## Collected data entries
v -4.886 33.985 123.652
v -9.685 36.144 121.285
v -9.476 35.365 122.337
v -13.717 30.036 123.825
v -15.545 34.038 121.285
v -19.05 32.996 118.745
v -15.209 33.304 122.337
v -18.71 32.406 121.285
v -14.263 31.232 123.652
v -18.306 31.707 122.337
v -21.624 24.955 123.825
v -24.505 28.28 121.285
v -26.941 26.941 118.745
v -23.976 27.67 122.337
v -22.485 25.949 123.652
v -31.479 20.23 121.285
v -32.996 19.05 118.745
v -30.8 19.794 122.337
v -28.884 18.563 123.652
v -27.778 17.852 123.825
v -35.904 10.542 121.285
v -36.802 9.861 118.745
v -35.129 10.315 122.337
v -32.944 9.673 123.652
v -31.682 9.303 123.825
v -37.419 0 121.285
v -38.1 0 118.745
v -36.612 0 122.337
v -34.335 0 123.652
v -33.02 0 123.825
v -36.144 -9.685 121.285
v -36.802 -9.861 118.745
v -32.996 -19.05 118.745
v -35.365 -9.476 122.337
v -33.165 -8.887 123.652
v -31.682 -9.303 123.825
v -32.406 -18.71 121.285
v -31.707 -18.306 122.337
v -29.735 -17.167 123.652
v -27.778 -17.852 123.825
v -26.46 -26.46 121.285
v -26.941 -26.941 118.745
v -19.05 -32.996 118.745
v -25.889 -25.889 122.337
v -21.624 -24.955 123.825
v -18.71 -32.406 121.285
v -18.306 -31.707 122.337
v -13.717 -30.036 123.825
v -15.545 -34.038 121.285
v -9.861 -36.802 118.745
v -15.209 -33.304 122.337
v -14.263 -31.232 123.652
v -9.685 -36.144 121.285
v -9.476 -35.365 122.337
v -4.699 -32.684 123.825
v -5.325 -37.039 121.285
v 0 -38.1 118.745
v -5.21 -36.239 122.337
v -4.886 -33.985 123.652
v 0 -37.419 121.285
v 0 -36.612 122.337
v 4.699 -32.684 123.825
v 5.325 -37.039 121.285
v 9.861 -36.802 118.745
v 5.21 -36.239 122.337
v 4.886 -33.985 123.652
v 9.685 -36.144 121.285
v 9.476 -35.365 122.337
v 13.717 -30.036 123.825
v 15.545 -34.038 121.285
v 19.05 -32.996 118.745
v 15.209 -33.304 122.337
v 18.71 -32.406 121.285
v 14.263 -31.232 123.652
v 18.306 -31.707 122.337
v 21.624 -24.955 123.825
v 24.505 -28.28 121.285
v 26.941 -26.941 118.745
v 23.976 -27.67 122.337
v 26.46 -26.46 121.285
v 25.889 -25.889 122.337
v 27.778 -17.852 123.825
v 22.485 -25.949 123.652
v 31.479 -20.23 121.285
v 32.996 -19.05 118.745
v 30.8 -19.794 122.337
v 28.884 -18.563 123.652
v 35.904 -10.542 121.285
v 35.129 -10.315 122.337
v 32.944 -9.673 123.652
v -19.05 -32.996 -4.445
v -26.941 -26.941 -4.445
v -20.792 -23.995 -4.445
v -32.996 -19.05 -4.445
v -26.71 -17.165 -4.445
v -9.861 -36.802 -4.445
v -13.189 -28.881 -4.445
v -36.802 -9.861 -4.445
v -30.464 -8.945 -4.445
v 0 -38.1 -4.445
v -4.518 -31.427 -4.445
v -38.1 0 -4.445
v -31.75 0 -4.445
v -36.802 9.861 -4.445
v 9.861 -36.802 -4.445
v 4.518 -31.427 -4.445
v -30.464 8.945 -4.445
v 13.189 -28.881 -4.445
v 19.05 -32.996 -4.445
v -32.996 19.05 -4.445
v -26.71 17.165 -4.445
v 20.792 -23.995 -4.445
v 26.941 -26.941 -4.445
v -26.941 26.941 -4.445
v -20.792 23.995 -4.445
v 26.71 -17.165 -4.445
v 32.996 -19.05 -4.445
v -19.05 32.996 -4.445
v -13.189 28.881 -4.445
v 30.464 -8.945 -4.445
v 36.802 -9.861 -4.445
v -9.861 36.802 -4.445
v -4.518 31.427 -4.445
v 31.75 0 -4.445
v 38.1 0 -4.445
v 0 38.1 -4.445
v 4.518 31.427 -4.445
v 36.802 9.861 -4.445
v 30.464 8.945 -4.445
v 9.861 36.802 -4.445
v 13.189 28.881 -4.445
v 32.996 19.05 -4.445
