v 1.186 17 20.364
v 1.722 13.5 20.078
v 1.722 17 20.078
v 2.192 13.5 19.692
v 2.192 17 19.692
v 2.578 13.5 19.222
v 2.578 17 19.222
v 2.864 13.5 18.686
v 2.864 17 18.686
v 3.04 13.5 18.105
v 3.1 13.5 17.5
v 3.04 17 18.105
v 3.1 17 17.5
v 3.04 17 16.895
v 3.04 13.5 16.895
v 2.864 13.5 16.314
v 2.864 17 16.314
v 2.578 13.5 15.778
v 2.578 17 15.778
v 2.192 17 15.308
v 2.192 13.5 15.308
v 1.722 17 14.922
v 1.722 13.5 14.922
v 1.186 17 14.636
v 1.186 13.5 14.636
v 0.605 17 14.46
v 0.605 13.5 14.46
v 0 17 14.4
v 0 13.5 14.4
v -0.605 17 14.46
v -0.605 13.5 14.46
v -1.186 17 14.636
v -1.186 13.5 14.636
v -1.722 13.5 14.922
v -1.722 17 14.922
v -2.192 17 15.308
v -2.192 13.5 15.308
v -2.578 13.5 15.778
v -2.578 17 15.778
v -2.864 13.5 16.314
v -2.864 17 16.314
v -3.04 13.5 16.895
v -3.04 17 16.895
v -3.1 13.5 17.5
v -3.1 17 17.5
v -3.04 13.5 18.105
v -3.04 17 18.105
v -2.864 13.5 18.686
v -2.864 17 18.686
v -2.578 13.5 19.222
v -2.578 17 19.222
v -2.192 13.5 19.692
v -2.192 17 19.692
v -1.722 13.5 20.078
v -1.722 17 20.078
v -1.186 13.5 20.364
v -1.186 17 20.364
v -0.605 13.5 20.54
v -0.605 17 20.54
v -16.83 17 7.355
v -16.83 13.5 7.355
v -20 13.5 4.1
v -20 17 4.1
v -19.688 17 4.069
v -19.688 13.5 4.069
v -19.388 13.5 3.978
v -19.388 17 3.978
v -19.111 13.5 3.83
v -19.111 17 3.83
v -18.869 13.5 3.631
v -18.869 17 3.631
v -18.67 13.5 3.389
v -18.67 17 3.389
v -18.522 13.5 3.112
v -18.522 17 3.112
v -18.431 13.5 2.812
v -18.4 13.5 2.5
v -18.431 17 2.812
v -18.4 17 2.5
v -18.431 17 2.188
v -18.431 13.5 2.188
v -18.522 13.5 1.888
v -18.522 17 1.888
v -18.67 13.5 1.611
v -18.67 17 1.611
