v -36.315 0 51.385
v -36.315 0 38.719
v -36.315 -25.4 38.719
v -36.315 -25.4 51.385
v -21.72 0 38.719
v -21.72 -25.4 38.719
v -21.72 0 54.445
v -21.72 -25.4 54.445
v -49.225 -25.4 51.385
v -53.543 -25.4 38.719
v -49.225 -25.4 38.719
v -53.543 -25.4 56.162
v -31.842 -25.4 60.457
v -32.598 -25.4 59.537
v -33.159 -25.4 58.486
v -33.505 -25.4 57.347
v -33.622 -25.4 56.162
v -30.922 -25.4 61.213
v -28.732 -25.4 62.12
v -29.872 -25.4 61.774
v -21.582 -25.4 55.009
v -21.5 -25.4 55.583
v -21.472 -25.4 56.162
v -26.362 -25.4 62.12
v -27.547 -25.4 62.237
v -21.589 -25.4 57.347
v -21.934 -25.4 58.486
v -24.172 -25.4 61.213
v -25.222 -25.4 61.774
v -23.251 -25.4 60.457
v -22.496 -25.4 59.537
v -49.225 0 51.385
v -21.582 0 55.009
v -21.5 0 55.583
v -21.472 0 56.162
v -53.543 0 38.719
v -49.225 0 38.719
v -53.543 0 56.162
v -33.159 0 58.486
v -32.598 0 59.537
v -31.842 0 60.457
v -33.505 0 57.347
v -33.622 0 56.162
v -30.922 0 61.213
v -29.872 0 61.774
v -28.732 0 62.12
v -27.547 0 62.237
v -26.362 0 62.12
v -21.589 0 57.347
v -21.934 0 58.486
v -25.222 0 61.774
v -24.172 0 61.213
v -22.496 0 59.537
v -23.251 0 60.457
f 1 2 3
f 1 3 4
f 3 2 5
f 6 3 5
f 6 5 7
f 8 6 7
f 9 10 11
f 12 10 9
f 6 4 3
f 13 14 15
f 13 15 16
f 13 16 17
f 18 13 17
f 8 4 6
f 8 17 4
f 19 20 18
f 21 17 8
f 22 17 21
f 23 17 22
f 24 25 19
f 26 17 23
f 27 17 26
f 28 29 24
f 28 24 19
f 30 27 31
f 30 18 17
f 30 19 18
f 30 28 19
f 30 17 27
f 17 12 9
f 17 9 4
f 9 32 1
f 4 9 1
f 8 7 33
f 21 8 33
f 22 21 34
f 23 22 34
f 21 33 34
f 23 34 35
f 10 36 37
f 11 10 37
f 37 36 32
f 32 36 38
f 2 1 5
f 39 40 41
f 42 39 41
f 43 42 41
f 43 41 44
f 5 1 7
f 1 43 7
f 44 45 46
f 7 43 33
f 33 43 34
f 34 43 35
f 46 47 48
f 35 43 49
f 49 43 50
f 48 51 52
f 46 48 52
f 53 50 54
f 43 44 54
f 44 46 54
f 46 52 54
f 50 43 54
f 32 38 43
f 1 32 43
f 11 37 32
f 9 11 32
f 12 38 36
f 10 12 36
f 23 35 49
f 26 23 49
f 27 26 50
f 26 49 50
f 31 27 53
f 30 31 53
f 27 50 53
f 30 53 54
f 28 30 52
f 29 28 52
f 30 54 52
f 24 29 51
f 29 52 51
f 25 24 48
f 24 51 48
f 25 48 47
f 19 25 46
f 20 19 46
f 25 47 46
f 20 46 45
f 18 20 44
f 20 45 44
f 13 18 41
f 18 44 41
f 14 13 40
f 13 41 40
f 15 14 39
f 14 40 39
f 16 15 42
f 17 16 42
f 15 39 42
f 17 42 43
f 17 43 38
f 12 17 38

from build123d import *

# Parameters (mm, degrees)
F1_DEPTH = 25.4
F2_W     = 12.9091180861
F2_H     = 25.0910650939
F3_DEPTH = 28.702


with BuildPart() as f1:
    # F0 (on Front) → F1 (new body)
    with BuildSketch(Plane.XZ):
        with BuildLine():
            Line((-33.6216918521, 56.1617612839), (-53.54340747, 56.1617612839))
            Line((-53.54340747, 56.1617612839), (-53.54340747, 38.7188270688))
            Line((-53.54340747, 38.7188270688), (-21.719571203, 38.7188270688))
            Line((-21.719571203, 38.7188270688), (-21.719571203, 54.4453912809))
            ThreePointArc((-21.719571203, 54.4453912809), (-28.4139375356, 50.1491411825), (-33.6216918521, 56.1617612839))
        make_face()
        with BuildLine():
            ThreePointArc((-21.4720585056, 56.1617612839), (-27.5468751788, 62.2365779571), (-33.6216918521, 56.1617612839))
            Line((-33.6216918521, 56.1617612839), (-21.719571203, 56.1617612839))
            Line((-21.719571203, 56.1617612839), (-21.719571203, 54.4453912809))
            ThreePointArc((-21.719571203, 54.4453912809), (-21.5342550775, 55.2946989271), (-21.4720585056, 56.1617612839))
        make_face()
        with BuildLine():
            Line((-21.719571203, 56.1617612839), (-33.6216918521, 56.1617612839))
            ThreePointArc((-33.6216918521, 56.1617612839), (-28.4139375356, 50.1491411825), (-21.719571203, 54.4453912809))
            Line((-21.719571203, 54.4453912809), (-21.719571203, 56.1617612839))
        make_face()
    extrude(amount=F1_DEPTH)

    # F2 (on Front) → F3 (cut)
    with BuildSketch(Plane.XZ):
        with Locations((-42.769966647, 38.8393672183)):
            Rectangle(F2_W, F2_H)
    extrude(amount=F3_DEPTH, mode=Mode.SUBTRACT)


solid = f1.part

## Problem to work on
Both the first line of the data above and the line with "v -30.8 19.794 122.337" must be included; please return exactly those lines and the ones between them.

## Response to the task
v -4.886 33.985 123.652
v -9.685 36.144 121.285
v -9.476 35.365 122.337
v -13.717 30.036 123.825
v -15.545 34.038 121.285
v -19.05 32.996 118.745
v -15.209 33.304 122.337
v -18.71 32.406 121.285
v -14.263 31.232 123.652
v -18.306 31.707 122.337
v -21.624 24.955 123.825
v -24.505 28.28 121.285
v -26.941 26.941 118.745
v -23.976 27.67 122.337
v -22.485 25.949 123.652
v -31.479 20.23 121.285
v -32.996 19.05 118.745
v -30.8 19.794 122.337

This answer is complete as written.